Exercise prompt - Reproduce the entries shown below only from the line with "f 371 70 69" down to the line with "fillet5_edges = [part.edges().sort_by_distance(p)[0]", keeping both end lines and copying each one exactly.

Supplied records -
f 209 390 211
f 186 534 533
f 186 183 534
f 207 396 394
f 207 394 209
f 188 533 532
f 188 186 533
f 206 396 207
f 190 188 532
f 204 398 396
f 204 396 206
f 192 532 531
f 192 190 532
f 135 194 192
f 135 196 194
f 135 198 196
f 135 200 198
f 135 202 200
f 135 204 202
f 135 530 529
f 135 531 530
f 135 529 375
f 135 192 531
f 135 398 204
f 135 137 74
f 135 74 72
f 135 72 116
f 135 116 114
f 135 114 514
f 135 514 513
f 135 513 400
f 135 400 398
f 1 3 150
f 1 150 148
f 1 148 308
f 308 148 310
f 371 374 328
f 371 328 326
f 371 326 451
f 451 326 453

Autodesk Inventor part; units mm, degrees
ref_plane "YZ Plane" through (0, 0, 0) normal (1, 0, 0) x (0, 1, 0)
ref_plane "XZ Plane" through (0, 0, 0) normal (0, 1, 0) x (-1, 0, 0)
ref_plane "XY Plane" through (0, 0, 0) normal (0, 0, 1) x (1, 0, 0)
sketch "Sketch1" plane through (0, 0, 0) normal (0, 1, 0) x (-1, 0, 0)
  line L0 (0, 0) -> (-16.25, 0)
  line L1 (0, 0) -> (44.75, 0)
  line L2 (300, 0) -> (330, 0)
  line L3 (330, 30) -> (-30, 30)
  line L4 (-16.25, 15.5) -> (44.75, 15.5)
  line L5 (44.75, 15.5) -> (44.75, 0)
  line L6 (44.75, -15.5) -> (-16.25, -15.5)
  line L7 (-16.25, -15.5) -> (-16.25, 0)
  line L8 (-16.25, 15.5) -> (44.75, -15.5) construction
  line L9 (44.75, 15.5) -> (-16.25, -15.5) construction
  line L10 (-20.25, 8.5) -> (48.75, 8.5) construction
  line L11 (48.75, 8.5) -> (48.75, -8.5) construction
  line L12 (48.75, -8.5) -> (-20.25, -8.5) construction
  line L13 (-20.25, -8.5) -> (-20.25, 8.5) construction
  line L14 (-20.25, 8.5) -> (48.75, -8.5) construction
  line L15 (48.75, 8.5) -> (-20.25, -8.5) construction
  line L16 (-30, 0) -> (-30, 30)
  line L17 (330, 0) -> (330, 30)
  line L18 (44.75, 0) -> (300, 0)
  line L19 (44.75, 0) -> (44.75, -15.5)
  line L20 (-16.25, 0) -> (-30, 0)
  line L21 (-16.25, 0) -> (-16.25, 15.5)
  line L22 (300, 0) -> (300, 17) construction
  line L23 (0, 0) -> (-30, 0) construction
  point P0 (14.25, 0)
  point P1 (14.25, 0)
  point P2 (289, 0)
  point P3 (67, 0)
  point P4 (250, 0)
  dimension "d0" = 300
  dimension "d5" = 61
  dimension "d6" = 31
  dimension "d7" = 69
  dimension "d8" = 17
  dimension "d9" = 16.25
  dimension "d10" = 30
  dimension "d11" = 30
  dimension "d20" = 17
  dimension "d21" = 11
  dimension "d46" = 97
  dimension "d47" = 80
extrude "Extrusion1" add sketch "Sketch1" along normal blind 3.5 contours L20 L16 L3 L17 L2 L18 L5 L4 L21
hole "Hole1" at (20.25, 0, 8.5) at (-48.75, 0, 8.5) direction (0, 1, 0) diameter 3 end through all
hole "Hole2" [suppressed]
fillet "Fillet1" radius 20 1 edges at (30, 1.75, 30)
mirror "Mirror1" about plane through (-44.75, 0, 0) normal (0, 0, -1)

--

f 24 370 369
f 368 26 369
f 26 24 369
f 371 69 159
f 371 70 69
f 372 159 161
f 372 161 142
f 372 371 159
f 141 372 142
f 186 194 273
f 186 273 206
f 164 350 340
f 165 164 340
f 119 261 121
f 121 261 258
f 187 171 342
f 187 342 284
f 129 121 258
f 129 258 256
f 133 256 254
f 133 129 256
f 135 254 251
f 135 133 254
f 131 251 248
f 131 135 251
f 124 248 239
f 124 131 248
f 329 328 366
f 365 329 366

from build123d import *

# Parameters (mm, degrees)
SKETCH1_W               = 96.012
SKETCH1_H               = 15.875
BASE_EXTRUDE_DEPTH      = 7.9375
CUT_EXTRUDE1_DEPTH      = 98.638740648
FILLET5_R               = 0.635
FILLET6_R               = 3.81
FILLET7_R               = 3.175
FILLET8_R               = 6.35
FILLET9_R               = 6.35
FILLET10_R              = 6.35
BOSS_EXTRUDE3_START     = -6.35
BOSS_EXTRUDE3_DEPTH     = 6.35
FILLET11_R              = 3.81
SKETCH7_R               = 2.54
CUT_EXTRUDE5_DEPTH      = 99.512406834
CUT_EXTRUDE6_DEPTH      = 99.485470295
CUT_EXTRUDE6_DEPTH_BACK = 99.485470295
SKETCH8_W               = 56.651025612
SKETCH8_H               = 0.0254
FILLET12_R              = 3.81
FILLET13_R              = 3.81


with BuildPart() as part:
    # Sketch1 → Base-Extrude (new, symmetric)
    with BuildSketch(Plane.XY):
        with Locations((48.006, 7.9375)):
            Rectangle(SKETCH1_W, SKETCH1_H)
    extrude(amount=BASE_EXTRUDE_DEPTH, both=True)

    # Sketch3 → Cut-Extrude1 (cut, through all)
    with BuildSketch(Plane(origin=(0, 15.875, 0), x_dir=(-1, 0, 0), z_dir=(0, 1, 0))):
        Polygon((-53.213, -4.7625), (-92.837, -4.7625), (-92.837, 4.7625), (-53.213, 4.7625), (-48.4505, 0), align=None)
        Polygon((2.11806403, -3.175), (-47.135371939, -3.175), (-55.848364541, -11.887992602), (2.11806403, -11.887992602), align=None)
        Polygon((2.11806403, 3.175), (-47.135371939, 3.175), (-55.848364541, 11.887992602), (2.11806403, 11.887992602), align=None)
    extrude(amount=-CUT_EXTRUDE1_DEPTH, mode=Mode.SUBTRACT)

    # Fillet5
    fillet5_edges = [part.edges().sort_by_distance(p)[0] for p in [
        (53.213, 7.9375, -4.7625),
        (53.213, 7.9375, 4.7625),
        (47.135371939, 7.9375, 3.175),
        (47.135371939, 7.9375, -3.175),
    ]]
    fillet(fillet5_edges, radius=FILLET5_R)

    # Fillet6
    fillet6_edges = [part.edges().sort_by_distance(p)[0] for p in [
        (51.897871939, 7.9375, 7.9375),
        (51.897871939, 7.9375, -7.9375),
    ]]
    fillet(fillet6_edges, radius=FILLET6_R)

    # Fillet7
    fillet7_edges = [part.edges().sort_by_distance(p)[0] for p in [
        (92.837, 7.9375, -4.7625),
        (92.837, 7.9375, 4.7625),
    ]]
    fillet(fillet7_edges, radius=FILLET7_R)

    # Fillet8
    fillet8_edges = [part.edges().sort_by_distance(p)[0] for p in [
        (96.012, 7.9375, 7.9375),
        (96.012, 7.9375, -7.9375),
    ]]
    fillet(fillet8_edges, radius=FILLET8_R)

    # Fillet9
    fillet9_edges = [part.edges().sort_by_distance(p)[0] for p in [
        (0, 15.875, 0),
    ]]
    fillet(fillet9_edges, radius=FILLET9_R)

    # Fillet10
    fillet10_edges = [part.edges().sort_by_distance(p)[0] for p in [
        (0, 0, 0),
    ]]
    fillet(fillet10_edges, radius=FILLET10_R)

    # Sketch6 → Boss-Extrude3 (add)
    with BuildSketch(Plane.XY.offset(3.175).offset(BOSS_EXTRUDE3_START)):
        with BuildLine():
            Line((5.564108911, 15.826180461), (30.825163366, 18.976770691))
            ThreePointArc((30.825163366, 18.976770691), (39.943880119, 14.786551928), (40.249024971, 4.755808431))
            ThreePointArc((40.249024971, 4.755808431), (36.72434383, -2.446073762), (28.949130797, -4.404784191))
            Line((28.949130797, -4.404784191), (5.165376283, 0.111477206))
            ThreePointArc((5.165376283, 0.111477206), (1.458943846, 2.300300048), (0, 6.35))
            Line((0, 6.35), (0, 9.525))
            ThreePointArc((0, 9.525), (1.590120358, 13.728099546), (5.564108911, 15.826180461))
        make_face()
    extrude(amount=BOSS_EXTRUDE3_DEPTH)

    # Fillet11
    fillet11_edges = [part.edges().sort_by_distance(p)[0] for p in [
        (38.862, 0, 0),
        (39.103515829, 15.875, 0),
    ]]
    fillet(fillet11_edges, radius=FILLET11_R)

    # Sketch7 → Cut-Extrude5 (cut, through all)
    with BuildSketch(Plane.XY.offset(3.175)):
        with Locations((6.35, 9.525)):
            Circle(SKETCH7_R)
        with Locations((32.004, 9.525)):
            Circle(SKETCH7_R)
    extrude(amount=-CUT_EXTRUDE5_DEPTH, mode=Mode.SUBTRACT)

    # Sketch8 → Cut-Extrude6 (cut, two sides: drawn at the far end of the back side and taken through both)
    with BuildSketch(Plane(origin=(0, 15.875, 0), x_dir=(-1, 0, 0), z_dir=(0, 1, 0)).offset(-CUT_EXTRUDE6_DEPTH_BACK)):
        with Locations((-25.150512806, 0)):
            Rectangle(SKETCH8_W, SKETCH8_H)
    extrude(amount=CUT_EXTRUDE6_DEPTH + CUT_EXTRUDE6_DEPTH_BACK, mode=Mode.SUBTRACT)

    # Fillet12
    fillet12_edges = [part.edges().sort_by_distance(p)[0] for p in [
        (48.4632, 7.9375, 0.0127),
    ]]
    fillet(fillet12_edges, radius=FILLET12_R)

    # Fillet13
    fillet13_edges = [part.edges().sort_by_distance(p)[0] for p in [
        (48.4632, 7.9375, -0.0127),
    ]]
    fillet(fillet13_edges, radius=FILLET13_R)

Output of the exercise -
f 371 70 69
f 372 159 161
f 372 161 142
f 372 371 159
f 141 372 142
f 186 194 273
f 186 273 206
f 164 350 340
f 165 164 340
f 119 261 121
f 121 261 258
f 187 171 342
f 187 342 284
f 129 121 258
f 129 258 256
f 133 256 254
f 133 129 256
f 135 254 251
f 135 133 254
f 131 251 248
f 131 135 251
f 124 248 239
f 124 131 248
f 329 328 366
f 365 329 366

from build123d import *

# Parameters (mm, degrees)
SKETCH1_W               = 96.012
SKETCH1_H               = 15.875
BASE_EXTRUDE_DEPTH      = 7.9375
CUT_EXTRUDE1_DEPTH      = 98.638740648
FILLET5_R               = 0.635
FILLET6_R               = 3.81
FILLET7_R               = 3.175
FILLET8_R               = 6.35
FILLET9_R               = 6.35
FILLET10_R              = 6.35
BOSS_EXTRUDE3_START     = -6.35
BOSS_EXTRUDE3_DEPTH     = 6.35
FILLET11_R              = 3.81
SKETCH7_R               = 2.54
CUT_EXTRUDE5_DEPTH      = 99.512406834
CUT_EXTRUDE6_DEPTH      = 99.485470295
CUT_EXTRUDE6_DEPTH_BACK = 99.485470295
SKETCH8_W               = 56.651025612
SKETCH8_H               = 0.0254
FILLET12_R              = 3.81
FILLET13_R              = 3.81


with BuildPart() as part:
    # Sketch1 → Base-Extrude (new, symmetric)
    with BuildSketch(Plane.XY):
        with Locations((48.006, 7.9375)):
            Rectangle(SKETCH1_W, SKETCH1_H)
    extrude(amount=BASE_EXTRUDE_DEPTH, both=True)

    # Sketch3 → Cut-Extrude1 (cut, through all)
    with BuildSketch(Plane(origin=(0, 15.875, 0), x_dir=(-1, 0, 0), z_dir=(0, 1, 0))):
        Polygon((-53.213, -4.7625), (-92.837, -4.7625), (-92.837, 4.7625), (-53.213, 4.7625), (-48.4505, 0), align=None)
        Polygon((2.11806403, -3.175), (-47.135371939, -3.175), (-55.848364541, -11.887992602), (2.11806403, -11.887992602), align=None)
        Polygon((2.11806403, 3.175), (-47.135371939, 3.175), (-55.848364541, 11.887992602), (2.11806403, 11.887992602), align=None)
    extrude(amount=-CUT_EXTRUDE1_DEPTH, mode=Mode.SUBTRACT)

    # Fillet5
    fillet5_edges = [part.edges().sort_by_distance(p)[0] for p in [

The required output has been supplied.